Sobre mí

Sobre el Autor

Con base en Corea del Sur, JO BEE SOO es un investigador dedicado a la teología que busca compartir las reflexiones serenas surgidas en la intersección entre sus raíces orientales y la tradición teológica occidental. Más que ofrecer respuestas definitivas, escribe como una forma de recorrer sus propias preguntas, junto a quienes caminan por una senda de fe similar.

Escribiendo bajo el seudónimo JO BEE SOO, el autor eligió esta identidad para tender un puente entre sus complejas raíces lingüísticas y su visión teológica. Aunque su apellido es Hwang —una herencia que honra profundamente—, reconoce la dificultad de su pronunciación a nivel global, por lo que adoptó “JO” para facilitar una conexión más clara y personal con una audiencia internacional.

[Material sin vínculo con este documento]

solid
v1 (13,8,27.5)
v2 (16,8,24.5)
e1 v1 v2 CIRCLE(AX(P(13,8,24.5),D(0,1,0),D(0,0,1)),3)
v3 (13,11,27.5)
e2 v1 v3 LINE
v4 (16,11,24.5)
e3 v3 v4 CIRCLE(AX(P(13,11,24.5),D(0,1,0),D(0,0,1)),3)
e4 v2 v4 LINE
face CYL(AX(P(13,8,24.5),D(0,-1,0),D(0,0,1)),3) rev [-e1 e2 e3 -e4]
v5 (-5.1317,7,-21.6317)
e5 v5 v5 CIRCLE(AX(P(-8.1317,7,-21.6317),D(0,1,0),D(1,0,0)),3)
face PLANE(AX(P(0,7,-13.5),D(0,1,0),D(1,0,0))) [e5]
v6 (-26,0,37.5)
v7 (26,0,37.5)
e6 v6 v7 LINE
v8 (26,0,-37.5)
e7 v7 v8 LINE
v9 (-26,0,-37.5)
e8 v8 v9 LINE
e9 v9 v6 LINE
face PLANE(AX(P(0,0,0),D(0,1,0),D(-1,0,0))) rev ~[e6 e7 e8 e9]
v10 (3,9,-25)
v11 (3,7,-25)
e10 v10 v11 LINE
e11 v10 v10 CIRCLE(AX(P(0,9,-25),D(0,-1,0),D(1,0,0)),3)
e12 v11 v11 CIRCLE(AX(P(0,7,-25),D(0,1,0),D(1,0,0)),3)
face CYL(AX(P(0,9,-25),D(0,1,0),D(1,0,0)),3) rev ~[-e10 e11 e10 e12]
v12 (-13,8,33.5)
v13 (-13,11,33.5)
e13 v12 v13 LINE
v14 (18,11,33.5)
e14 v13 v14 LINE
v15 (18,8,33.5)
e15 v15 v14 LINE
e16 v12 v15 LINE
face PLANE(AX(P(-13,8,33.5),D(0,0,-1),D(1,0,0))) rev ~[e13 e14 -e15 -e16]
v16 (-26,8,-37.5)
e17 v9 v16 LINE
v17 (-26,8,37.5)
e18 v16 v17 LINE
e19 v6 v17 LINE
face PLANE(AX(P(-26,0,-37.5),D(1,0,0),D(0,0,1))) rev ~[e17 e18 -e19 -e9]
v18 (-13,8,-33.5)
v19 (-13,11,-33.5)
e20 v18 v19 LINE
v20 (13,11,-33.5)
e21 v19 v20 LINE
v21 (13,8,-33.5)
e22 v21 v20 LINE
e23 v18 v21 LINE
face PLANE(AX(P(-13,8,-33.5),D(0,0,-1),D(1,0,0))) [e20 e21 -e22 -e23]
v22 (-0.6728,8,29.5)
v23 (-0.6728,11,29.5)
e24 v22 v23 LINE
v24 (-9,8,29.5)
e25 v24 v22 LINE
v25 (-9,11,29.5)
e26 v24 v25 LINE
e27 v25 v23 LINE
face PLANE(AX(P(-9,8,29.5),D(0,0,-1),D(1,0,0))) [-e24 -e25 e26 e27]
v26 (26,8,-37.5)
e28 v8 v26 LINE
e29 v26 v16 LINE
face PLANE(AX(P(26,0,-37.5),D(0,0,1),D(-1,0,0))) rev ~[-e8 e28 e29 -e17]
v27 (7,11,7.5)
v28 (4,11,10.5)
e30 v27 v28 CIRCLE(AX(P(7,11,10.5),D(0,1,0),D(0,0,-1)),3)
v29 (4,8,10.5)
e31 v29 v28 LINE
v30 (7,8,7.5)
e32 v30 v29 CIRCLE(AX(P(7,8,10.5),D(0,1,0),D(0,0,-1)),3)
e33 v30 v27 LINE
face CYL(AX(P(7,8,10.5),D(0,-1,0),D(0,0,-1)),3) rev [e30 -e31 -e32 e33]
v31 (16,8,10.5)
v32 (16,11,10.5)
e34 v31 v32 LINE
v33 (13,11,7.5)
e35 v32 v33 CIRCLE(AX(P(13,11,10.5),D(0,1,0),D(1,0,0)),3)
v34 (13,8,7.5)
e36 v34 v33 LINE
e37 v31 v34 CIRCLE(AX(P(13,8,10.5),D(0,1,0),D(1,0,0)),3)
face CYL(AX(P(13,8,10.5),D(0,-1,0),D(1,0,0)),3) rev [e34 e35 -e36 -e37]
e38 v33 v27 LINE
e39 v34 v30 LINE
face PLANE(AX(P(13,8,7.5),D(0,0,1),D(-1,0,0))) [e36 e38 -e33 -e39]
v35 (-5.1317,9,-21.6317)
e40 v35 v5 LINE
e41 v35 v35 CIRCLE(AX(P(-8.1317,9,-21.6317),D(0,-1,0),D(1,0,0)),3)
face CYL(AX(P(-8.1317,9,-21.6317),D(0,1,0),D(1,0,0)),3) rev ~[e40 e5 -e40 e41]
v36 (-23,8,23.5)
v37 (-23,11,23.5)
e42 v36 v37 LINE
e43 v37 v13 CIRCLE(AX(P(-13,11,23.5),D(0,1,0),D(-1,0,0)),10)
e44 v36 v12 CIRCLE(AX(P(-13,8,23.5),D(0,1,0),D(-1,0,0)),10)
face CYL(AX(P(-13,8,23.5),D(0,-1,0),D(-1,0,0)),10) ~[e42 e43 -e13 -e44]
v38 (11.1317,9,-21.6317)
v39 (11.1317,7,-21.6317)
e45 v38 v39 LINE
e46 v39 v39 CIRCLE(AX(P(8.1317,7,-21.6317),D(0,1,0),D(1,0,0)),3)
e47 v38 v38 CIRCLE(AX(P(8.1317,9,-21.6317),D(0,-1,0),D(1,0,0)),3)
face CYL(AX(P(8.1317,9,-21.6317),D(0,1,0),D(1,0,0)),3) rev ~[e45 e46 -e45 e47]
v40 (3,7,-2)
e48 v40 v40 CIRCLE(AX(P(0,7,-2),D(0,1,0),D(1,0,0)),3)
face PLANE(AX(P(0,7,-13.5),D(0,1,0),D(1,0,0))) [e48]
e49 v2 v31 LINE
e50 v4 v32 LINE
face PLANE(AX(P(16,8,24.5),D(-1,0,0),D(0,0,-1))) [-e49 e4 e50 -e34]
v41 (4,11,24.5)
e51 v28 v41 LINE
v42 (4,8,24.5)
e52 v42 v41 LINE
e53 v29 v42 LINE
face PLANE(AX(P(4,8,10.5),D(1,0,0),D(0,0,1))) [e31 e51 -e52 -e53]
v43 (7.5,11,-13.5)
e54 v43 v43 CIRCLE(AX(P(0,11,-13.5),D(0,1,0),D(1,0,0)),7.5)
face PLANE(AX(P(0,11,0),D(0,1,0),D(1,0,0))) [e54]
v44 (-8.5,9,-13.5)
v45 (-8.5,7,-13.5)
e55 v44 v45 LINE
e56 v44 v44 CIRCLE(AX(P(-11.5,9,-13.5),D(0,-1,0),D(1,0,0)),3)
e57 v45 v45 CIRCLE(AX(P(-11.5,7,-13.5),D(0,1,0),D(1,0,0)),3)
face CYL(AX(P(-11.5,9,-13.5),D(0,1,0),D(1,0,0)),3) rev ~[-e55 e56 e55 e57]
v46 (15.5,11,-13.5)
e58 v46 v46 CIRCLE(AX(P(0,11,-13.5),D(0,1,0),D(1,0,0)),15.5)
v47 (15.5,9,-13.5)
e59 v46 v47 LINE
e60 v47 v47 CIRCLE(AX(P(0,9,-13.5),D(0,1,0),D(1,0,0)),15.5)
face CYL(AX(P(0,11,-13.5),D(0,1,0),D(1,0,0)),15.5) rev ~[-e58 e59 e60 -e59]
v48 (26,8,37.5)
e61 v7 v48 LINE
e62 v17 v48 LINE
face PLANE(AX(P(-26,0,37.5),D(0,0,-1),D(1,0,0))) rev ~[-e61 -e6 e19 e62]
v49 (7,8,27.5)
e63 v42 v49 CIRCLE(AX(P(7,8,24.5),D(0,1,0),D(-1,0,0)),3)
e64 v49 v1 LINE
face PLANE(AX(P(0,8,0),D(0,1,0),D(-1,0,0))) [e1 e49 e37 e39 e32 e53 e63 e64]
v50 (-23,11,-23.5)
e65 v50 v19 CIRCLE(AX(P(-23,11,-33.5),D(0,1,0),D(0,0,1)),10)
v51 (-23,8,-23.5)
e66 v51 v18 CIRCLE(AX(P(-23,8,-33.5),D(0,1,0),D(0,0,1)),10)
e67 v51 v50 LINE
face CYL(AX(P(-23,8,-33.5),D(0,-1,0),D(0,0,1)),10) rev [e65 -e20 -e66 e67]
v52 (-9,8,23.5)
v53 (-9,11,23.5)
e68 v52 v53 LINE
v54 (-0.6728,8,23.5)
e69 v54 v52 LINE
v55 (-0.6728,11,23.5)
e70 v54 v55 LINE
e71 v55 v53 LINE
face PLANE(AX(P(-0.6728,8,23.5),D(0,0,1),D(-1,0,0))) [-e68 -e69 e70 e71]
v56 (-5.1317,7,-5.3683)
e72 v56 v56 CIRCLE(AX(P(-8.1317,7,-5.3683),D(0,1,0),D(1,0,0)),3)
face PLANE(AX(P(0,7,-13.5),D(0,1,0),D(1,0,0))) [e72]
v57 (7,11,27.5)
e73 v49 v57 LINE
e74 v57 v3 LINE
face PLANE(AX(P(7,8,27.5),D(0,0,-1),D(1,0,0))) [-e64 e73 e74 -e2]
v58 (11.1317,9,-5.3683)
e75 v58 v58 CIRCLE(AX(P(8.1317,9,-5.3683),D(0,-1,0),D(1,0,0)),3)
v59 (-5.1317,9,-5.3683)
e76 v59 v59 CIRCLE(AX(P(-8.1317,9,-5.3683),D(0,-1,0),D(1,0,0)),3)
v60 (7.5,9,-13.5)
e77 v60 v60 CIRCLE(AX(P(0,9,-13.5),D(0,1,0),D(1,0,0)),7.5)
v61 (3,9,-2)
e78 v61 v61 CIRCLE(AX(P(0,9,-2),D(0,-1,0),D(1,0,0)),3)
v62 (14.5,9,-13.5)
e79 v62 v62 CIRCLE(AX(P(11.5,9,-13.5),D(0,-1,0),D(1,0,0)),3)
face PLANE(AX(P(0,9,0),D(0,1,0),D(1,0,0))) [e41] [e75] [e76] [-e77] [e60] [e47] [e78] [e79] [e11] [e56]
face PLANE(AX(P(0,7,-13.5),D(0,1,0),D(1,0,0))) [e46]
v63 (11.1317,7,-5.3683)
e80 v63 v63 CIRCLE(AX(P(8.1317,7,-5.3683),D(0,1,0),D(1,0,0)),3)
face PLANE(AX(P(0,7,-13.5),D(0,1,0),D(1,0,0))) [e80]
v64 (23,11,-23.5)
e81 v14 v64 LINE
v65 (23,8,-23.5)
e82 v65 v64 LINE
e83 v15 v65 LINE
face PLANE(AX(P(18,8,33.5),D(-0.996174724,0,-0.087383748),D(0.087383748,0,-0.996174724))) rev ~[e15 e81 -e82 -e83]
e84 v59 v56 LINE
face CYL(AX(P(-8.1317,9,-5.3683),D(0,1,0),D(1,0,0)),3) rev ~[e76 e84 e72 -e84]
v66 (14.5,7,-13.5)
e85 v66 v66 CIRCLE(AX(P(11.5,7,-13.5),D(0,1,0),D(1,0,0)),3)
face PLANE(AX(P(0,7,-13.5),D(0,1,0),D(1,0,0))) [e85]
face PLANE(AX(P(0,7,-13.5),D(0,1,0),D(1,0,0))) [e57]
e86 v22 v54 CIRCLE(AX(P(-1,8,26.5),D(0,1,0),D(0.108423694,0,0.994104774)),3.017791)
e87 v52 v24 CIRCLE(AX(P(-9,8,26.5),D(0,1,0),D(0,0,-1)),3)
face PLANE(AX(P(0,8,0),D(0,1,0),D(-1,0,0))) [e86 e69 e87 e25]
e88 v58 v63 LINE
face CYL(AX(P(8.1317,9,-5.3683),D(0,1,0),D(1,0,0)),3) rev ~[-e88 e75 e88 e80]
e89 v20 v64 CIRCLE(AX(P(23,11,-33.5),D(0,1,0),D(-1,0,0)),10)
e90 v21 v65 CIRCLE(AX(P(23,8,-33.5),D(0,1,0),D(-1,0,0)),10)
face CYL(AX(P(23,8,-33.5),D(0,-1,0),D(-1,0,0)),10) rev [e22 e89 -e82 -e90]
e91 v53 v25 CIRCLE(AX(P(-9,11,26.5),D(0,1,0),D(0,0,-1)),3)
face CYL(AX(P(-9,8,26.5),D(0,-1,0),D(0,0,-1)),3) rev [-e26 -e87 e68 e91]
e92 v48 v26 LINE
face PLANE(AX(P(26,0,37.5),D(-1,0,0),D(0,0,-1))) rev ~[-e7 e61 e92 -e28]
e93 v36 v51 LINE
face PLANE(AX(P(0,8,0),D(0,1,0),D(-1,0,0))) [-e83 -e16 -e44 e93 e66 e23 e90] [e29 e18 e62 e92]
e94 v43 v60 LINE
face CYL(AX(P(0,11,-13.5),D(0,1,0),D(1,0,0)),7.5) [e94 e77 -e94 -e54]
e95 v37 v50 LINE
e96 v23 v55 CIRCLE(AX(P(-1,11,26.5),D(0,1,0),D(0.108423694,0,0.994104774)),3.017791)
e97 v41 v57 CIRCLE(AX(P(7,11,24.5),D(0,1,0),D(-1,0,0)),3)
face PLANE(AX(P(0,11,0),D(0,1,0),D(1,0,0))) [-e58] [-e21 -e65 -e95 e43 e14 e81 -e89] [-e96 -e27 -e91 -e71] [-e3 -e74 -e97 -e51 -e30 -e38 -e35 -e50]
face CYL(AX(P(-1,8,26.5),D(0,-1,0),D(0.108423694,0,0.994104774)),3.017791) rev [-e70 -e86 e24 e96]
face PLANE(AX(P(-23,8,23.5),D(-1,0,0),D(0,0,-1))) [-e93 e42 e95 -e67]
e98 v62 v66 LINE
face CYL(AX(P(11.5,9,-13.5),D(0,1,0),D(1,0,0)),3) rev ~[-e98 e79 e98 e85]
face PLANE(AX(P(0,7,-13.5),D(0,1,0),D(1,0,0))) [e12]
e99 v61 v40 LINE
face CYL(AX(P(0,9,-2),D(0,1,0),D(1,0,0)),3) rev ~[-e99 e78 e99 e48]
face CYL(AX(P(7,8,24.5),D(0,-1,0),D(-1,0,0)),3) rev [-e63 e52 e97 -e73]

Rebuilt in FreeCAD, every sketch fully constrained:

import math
import FreeCAD as App
import Part
import Sketcher
Q = App.Units.Quantity

doc = App.newDocument("Part")
body = doc.addObject("PartDesign::Body", "Body")

# Sketch on XZ plane
sketch1 = body.newObject("Sketcher::SketchObject", "Sketch")
sketch1.AttachmentSupport = (doc.getObject("XZ_Plane"), [""])
sketch1.MapMode = "FlatFace"
sketch1.addGeometry([
    Part.LineSegment(App.Vector(-26, -38, 0), App.Vector(-26, 38, 0)),
    Part.LineSegment(App.Vector(-26, 38, 0), App.Vector(26, 38, 0)),
    Part.LineSegment(App.Vector(26, 38, 0), App.Vector(26, -38, 0)),
    Part.LineSegment(App.Vector(26, -38, 0), App.Vector(-26, -38, 0)),
], False)
sketch1.addConstraint([
    Sketcher.Constraint("Coincident", 0, 2, 1, 1),
    Sketcher.Constraint("Coincident", 1, 2, 2, 1),
    Sketcher.Constraint("Coincident", 2, 2, 3, 1),
    Sketcher.Constraint("Coincident", 3, 2, 0, 1),
    Sketcher.Constraint("Vertical", 0),
    Sketcher.Constraint("Horizontal", 1),
    Sketcher.Constraint("Vertical", 2),
    Sketcher.Constraint("Horizontal", 3),
    Sketcher.Constraint("Symmetric", 0, 2, 2, 2, -1, 1),
    Sketcher.Constraint("DistanceX", 1, 1, 1, 2, Q("52 mm")),
    Sketcher.Constraint("DistanceY", 0, 1, 0, 2, Q("75 mm")),
])
pad1 = body.newObject("PartDesign::Pad", "Pad")
pad1.Profile = sketch1
pad1.Length = 8
pad1.Reversed = True

# Sketch on XZ plane
sketch2 = body.newObject("Sketcher::SketchObject", "Sketch001")
sketch2.AttachmentSupport = (doc.getObject("XZ_Plane"), [""])
sketch2.MapMode = "FlatFace"
sketch2.AttachmentOffset = App.Placement(App.Vector(0, 0, -8), App.Rotation())
sketch2.addGeometry([
    Part.ArcOfCircle(Part.Circle(App.Vector(-23, -33.5, 0), App.Vector(0, 0, 1), 10), math.radians(0), math.radians(90)),  # 0
    Part.LineSegment(App.Vector(-23, -23.5, 0), App.Vector(-23, 23.5, 0)),  # 1
    Part.ArcOfCircle(Part.Circle(App.Vector(-13, 23.5, 0), App.Vector(0, 0, 1), 10), math.radians(90), math.radians(180)),  # 2
    Part.LineSegment(App.Vector(-13, 33.5, 0), App.Vector(18, 33.5, 0)),  # 3
    Part.LineSegment(App.Vector(18, 33.5, 0), App.Vector(23, -23.5, 0)),  # 4
    Part.ArcOfCircle(Part.Circle(App.Vector(23, -33.5, 0), App.Vector(0, 0, 1), 10), math.radians(90), math.radians(180)),  # 5
    Part.LineSegment(App.Vector(13, -33.5, 0), App.Vector(-13, -33.5, 0)),  # 6
    Part.LineSegment(App.Vector(-0.7, 29.5, 0), App.Vector(-9, 29.5, 0)),  # 7
    Part.ArcOfCircle(Part.Circle(App.Vector(-9, 26.5, 0), App.Vector(0, 0, 1), 3), math.radians(90), math.radians(270)),  # 8
    Part.LineSegment(App.Vector(-9, 23.5, 0), App.Vector(-0.7, 23.5, 0)),  # 9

Su identidad está profundamente arraigada en el nombre “Jobicurus”, una síntesis de dos figuras contrastantes: Job, quien cuestionó con firmeza la tradición permaneciendo dentro de la tensión de la fe, y Epicuro, quien buscó comprender el mundo a partir de sus elementos fundamentales. Esto se enriquece aún más con el significado en hanja de su nombre, 鳥飛秀 (Jo-Bee-Soo): “Un ave que se eleva con elegancia en las corrientes del viento”, representando una búsqueda de libertad intelectual y espiritual que no es forzada, sino natural.

Formación Académica y Ministerio

Con más de 30 años de ministerio pastoral dedicado, aporta una amplia experiencia práctica a sus reflexiones teológicas. Su trayectoria académica refleja una rigurosa dedicación al estudio del Nuevo Testamento y la teología pastoral:

▪ Estudios Doctorales (ABD – Todo excepto la disertación) en Nuevo Testamento, Escuela Unida de Teología, Universidad de Yonsei

▪ Maestría en Teología (Th.M.) en Nuevo Testamento, Escuela Unida de Teología, Universidad de Yonsei

▪ Maestría en Divinidad (M.Div.), Escuela Unida de Teología, Universidad de Yonsei

▪ Licenciatura en Teología (Th.B.), Universidad Teológica de Seúl Jangsin

Situado en la intersección entre convicción y búsqueda, JO BEE SOO comparte sus fragmentos teológicos no como un maestro, sino como un compañero de camino. Invita a explorar las profundas preguntas que se encuentran entre la fe y la razón, con la esperanza de que estas pequeñas reflexiones, desde un rincón de Corea, ofrezcan un momento de quietud o una nueva perspectiva en el propio recorrido del lector.